Q: the transition matrix
"""
M, b = augment_Q(Q)
pi, _, _, _ = np.linalg.lstsq(M, b, rcond=None)
return pi.transpose()[0]
obtain_steady_state_using_least_squares(Q)
array([0.03430888, 0.0857722 , 0.10721525, 0.13401906, 0.16752383,
0.20940479, 0.26175598])
We see that we get the same answer by all the three techniques:
- Matrix exponential
- Solving linear algebraic system
- Approximately solving linear algebraic system (least Square)
Increase the Waiting from Four to Six
Now lets try to get steady state probability of adding two more space for the waiting room.
# Increase the waiting room from 4 to 6
Q = get_transition_rate_matrix(waiting_room=6, num_barbers=2)
print(Q)
obtain_steady_state_using_least_squares(Q)
[[-10 10 0 0 0 0 0 0 0]
[ 4 -14 10 0 0 0 0 0 0]
[ 0 8 -18 10 0 0 0 0 0]
[ 0 0 8 -18 10 0 0 0 0]
[ 0 0 0 8 -18 10 0 0 0]
[ 0 0 0 0 8 -18 10 0 0]
[ 0 0 0 0 0 8 -18 10 0]
[ 0 0 0 0 0 0 8 -18 10]
[ 0 0 0 0 0 0 0 8 -8]]
array([0.01976103, 0.04940258, 0.06175322, 0.07719153, 0.09648941,
0.12061177, 0.15076471, 0.18845589, 0.23556986])

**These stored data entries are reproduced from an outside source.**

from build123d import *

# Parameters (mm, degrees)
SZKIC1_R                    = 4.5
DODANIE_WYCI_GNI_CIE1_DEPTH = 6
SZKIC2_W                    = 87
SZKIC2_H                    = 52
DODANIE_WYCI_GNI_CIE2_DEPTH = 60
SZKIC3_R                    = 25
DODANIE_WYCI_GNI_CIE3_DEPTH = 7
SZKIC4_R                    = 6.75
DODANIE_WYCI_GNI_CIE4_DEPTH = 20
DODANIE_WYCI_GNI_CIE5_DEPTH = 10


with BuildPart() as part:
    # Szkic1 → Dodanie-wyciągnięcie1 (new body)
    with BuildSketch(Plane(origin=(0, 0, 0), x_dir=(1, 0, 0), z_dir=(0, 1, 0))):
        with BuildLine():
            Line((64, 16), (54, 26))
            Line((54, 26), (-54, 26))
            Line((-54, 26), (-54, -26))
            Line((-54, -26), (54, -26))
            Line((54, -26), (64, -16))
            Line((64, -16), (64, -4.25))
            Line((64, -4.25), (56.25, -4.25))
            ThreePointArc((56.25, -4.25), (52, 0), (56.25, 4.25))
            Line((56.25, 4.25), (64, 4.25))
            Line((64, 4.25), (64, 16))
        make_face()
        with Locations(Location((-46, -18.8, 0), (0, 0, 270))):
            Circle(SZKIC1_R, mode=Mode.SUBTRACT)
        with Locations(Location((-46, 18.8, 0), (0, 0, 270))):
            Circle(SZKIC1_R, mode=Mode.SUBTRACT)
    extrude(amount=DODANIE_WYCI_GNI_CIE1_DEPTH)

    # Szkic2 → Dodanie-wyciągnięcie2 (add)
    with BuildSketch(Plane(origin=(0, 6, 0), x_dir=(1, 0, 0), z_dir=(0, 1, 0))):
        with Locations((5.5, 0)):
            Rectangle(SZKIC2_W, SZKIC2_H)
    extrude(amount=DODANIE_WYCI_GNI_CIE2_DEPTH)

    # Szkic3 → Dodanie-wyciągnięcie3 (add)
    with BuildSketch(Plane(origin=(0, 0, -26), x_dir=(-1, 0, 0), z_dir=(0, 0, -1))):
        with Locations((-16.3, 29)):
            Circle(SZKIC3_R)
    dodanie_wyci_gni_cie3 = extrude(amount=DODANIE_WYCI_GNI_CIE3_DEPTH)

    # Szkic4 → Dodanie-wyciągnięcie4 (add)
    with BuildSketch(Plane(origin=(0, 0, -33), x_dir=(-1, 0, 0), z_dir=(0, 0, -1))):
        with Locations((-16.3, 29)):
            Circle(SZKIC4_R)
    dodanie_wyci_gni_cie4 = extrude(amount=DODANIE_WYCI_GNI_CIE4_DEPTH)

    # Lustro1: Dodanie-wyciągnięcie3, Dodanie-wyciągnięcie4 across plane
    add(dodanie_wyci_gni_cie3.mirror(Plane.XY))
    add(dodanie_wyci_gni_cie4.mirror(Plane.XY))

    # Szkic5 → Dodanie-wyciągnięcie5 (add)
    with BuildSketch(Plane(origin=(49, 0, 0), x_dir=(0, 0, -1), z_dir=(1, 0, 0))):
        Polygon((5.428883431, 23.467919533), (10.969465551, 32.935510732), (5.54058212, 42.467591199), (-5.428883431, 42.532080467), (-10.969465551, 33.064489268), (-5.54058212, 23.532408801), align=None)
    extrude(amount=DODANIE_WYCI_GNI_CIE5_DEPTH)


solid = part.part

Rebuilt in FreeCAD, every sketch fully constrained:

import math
import FreeCAD as App
import Part
import Sketcher
from FreeCAD import Vector

doc = App.newDocument("Part")
params = doc.addObject("Spreadsheet::Sheet", "Params")
for row, (alias, value) in enumerate([
    ("sketch1_diameter", "9 mm"),
    ("sketch1_width", "108 mm"),
    ("sketch1_height", "52 mm"),
    ("sketch1_radius", "4.25 mm"),
    ("sketch1_width2", "7.75 mm"),
    ("pad1_length", "6 mm"),
    ("sketch2_width", "87 mm"),
    ("sketch2_height", "52 mm"),
    ("pad2_length", "60 mm"),
    ("sketch3_diameter", "50 mm"),
    ("pad3_length", "7 mm"),
    ("sketch4_diameter", "13.5 mm"),
    ("pad4_length", "20 mm"),
    ("pad5_length", "10 mm"),
], start=1):
    params.set(f"A{row}", alias)
    params.set(f"B{row}", "=" + value)
    params.setAlias(f"B{row}", alias)

body = doc.addObject("PartDesign::Body", "Body")

sketch1 = body.newObject("Sketcher::SketchObject", "Sketch")
sketch1.AttachmentSupport = (doc.getObject("XZ_Plane"), [""])
sketch1.MapMode = "FlatFace"
sketch1.addGeometry([
    Part.LineSegment(Vector(64, -16, 0), Vector(54, -26, 0)),
    Part.LineSegment(Vector(54, -26, 0), Vector(-54, -26, 0)),
    Part.LineSegment(Vector(-54, -26, 0), Vector(-54, 26, 0)),
    Part.LineSegment(Vector(-54, 26, 0), Vector(54, 26, 0)),
    Part.LineSegment(Vector(54, 26, 0), Vector(64, 16, 0)),
    Part.LineSegment(Vector(64, 16, 0), Vector(64, 4.2, 0)),
    Part.LineSegment(Vector(64, 4.2, 0), Vector(56.2, 4.2, 0)),
    Part.ArcOfCircle(Part.Circle(Vector(56.2, 0, 0), Vector(0, 0, 1), 4.2), math.radians(90), math.radians(270)),
    Part.LineSegment(Vector(56.2, -4.2, 0), Vector(64, -4.2, 0)),
    Part.LineSegment(Vector(64, -4.2, 0), Vector(64, -16, 0)),
    Part.Circle(Vector(-46, 18.8, 0), Vector(0, 0, 1), 4.5),
    Part.Circle(Vector(-46, -18.8, 0), Vector(0, 0, 1), 4.5),
], False)
sketch1.addConstraint([
    Sketcher.Constraint("Coincident", 0, 2, 1, 1),
    Sketcher.Constraint("Coincident", 1, 2, 2, 1),
    Sketcher.Constraint("Coincident", 2, 2, 3, 1),
    Sketcher.Constraint("Coincident", 3, 2, 4, 1),
    Sketcher.Constraint("Coincident", 4, 2, 5, 1),
    Sketcher.Constraint("Coincident", 5, 2, 6, 1),
    Sketcher.Constraint("Tangent", 6, 2, 7, 1),
    Sketcher.Constraint("Tangent", 7, 2, 8, 1),
    Sketcher.Constraint("Coincident", 8, 2, 9, 1),
    Sketcher.Constraint("Coincident", 9, 2, 0, 1),
    Sketcher.Constraint("Horizontal", 1),
    Sketcher.Constraint("Vertical", 2),
    Sketcher.Constraint("Horizontal", 3),
    Sketcher.Constraint("Vertical", 5),
    Sketcher.Constraint("Horizontal", 6),
    Sketcher.Constraint("Horizontal", 8),
    Sketcher.Constraint("Vertical", 9),
    Sketcher.Constraint("Equal", 10, 11),
    Sketcher.Constraint("Symmetric", 0, 2, 2, 2, -1, 1),
    Sketcher.Constraint("Symmetric", 10, 3, 11, 3, -1),
    Sketcher.Constraint("Symmetric", 5, 2, 8, 2, -1),
    Sketcher.Constraint("Perpendicular", 0, 4),
    Sketcher.Constraint("Vertical", 0, 2, 3, 2),
    Sketcher.Constraint("Equal", 5, 9),
    Sketcher.Constraint("Diameter", 10, 9.0),
    Sketcher.Constraint("DistanceX", 1, 2, 1, 1, 108.0),
    Sketcher.Constraint("DistanceY", 2, 1, 2, 2, 52.0),
    Sketcher.Constraint("Radius", 7, 4.25),
    Sketcher.Constraint("DistanceX", 10, 3, -1, 1, 46.0),
    Sketcher.Constraint("DistanceX", -1, 1, 4, 2, 64.0),
    Sketcher.Constraint("DistanceX", 6, 2, 6, 1, 7.75),
    Sketcher.Constraint("DistanceY", -1, 1, 10, 3, 18.8),
])
sketch1.setExpression("Constraints[24]", "Params.sketch1_diameter")
sketch1.setExpression("Constraints[25]", "Params.sketch1_width")
sketch1.setExpression("Constraints[26]", "Params.sketch1_height")
sketch1.setExpression("Constraints[27]", "Params.sketch1_radius")
sketch1.setExpression("Constraints[30]", "Params.sketch1_width2")
pad1 = body.newObject("PartDesign::Pad", "Pad")
pad1.Profile = sketch1
pad1.setExpression("Length", "Params.pad1_length")
pad1.Reversed = True

sketch2 = body.newObject("Sketcher::SketchObject", "Sketch001")
sketch2.AttachmentSupport = (doc.getObject("XZ_Plane"), [""])
sketch2.MapMode = "FlatFace"
sketch2.AttachmentOffset = App.Placement(Vector(0, 0, -6), App.Rotation())
sketch2.addGeometry([
    Part.LineSegment(Vector(-38, -26, 0), Vector(-38, 26, 0)),
    Part.LineSegment(Vector(-38, 26, 0), Vector(49, 26, 0)),
    Part.LineSegment(Vector(49, 26, 0), Vector(49, -26, 0)),
    Part.LineSegment(Vector(49, -26, 0), Vector(-38, -26, 0)),
], False)
sketch2.addConstraint([
    Sketcher.Constraint("Coincident", 0, 2, 1, 1),
    Sketcher.Constraint("Coincident", 1, 2, 2, 1),
    Sketcher.Constraint("Coincident", 2, 2, 3, 1),
    Sketcher.Constraint("Coincident", 3, 2, 0, 1),
    Sketcher.Constraint("Vertical", 0),
    Sketcher.Constraint("Horizontal", 1),
    Sketcher.Constraint("Vertical", 2),
    Sketcher.Constraint("Horizontal", 3),
    Sketcher.Constraint("DistanceX", 1, 1, 1, 2, 87.0),
    Sketcher.Constraint("DistanceY", 0, 1, 0, 2, 52.0),
    Sketcher.Constraint("DistanceX", 0, 2, -1, 1, 38.0),
    Sketcher.Constraint("DistanceY", -1, 1, 0, 2, 26.0),
])
sketch2.setExpression("Constraints[8]", "Params.sketch2_width")
sketch2.setExpression("Constraints[9]", "Params.sketch2_height")
pad2 = body.newObject("PartDesign::Pad", "Pad001")
pad2.Profile = sketch2
pad2.setExpression("Length", "Params.pad2_length")
pad2.Reversed = True

sketch3 = body.newObject("Sketcher::SketchObject", "Sketch002")
sketch3.AttachmentSupport = (doc.getObject("XY_Plane"), [""])
sketch3.MapMode = "FlatFace"
sketch3.AttachmentOffset = App.Placement(Vector(0, 0, -26), App.Rotation())
sketch3.addGeometry(Part.Circle(Vector(16, 29, 0), Vector(0, 0, 1), 25), False)
sketch3.addConstraint([
    Sketcher.Constraint("Diameter", 0, 50.0),
    Sketcher.Constraint("DistanceY", -1, 1, 0, 3, 29.0),
    Sketcher.Constraint("DistanceX", -1, 1, 0, 3, 16.3),
])
sketch3.setExpression("Constraints[0]", "Params.sketch3_diameter")
pad3 = body.newObject("PartDesign::Pad", "Pad002")
pad3.Profile = sketch3
pad3.setExpression("Length", "Params.pad3_length")
pad3.Reversed = True

sketch4 = body.newObject("Sketcher::SketchObject", "Sketch003")
sketch4.AttachmentSupport = (doc.getObject("XY_Plane"), [""])
sketch4.MapMode = "FlatFace"
sketch4.AttachmentOffset = App.Placement(Vector(0, 0, -33), App.Rotation())
sketch4.addGeometry(Part.Circle(Vector(16, 29, 0), Vector(0, 0, 1), 7), False)
sketch4.addConstraint([
    Sketcher.Constraint("Diameter", 0, 13.5),
    Sketcher.Constraint("DistanceY", -1, 1, 0, 3, 29.0),
    Sketcher.Constraint("DistanceX", -1, 1, 0, 3, 16.3),
])
sketch4.setExpression("Constraints[0]", "Params.sketch4_diameter")
pad4 = body.newObject("PartDesign::Pad", "Pad003")
pad4.Profile = sketch4
pad4.setExpression("Length", "Params.pad4_length")
pad4.Reversed = True
doc.recompute()

mirrored = body.newObject("PartDesign::Mirrored", "Mirrored")
mirrored.Originals = [pad3, pad4]
mirrored.MirrorPlane = (doc.getObject("XY_Plane"), [""])
body.Tip = mirrored

sketch5 = body.newObject("Sketcher::SketchObject", "Sketch004")
sketch5.AttachmentSupport = (doc.getObject("YZ_Plane"), [""])
sketch5.MapMode = "FlatFace"
sketch5.AttachmentOffset = App.Placement(Vector(0, 0, 49), App.Rotation())
sketch5.addGeometry([
    Part.LineSegment(Vector(23.46792, -5.428883, 0), Vector(32.935511, -10.969466, 0)),
    Part.LineSegment(Vector(32.935511, -10.969466, 0), Vector(42.467591, -5.540582, 0)),
    Part.LineSegment(Vector(42.467591, -5.540582, 0), Vector(42.53208, 5.428883, 0)),
    Part.LineSegment(Vector(42.53208, 5.428883, 0), Vector(33.064489, 10.969466, 0)),
    Part.LineSegment(Vector(33.064489, 10.969466, 0), Vector(23.532409, 5.540582, 0)),
    Part.LineSegment(Vector(23.532409, 5.540582, 0), Vector(23.46792, -5.428883, 0)),
], False)
sketch5.addConstraint([
    Sketcher.Constraint("Coincident", 0, 2, 1, 1),
    Sketcher.Constraint("Coincident", 1, 2, 2, 1),
    Sketcher.Constraint("Coincident", 2, 2, 3, 1),
    Sketcher.Constraint("Coincident", 3, 2, 4, 1),
    Sketcher.Constraint("Coincident", 4, 2, 5, 1),
    Sketcher.Constraint("Coincident", 5, 2, 0, 1),
    Sketcher.Constraint("DistanceX", 3, 2, 1, 2, 9.403102),
    Sketcher.Constraint("DistanceY", 2, 2, 4, 2, 0.111699),
    Sketcher.Constraint("DistanceX", 4, 2, 0, 2, 9.403102),
    Sketcher.Constraint("DistanceY", 1, 2, 5, 2, 0.111699),
    Sketcher.Constraint("DistanceX", -1, 1, 0, 2, 32.935511),
    Sketcher.Constraint("DistanceX", -1, 1, 1, 2, 42.467591),
    Sketcher.Constraint("DistanceX", -1, 1, 2, 2, 42.53208),
    Sketcher.Constraint("DistanceX", -1, 1, 5, 2, 23.46792),
    Sketcher.Constraint("DistanceY", 0, 2, 2, 2, 16.398349),
    Sketcher.Constraint("DistanceY", 0, 2, 3, 2, 21.938931),
    Sketcher.Constraint("DistanceY", 5, 2, 3, 2, 16.398349),
    Sketcher.Constraint("DistanceY", 0, 2, -1, 1, 10.969466),
])
pad5 = body.newObject("PartDesign::Pad", "Pad004")
pad5.Profile = sketch5
pad5.setExpression("Length", "Params.pad5_length")

doc.recompute()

Increasing the waiting room from 4 to 6, shop is expected to be empty ~1.9% of the time.
Increase the barbers from two to three
Q = get_transition_rate_matrix(waiting_room=4, num_barbers=3)
print(Q)
obtain_steady_state_using_least_squares(Q)
[[-10 10 0 0 0 0 0 0]
[ 4 -14 10 0 0 0 0 0]
[ 0 8 -18 10 0 0 0 0]
[ 0 0 12 -22 10 0 0 0]
[ 0 0 0 12 -22 10 0 0]
[ 0 0 0 0 12 -22 10 0]
[ 0 0 0 0 0 12 -22 10]
[ 0 0 0 0 0 0 12 -12]]
array([0.06261481, 0.15653702, 0.19567128, 0.1630594 , 0.13588283,
0.11323569, 0.09436308, 0.0786359 ])
Increasing the barbers form two to three, shop is expected to be empty ~6.2% of the time. It appears that the lowest probability of shop being empty is when the number of waiting room increases from 4 to 6.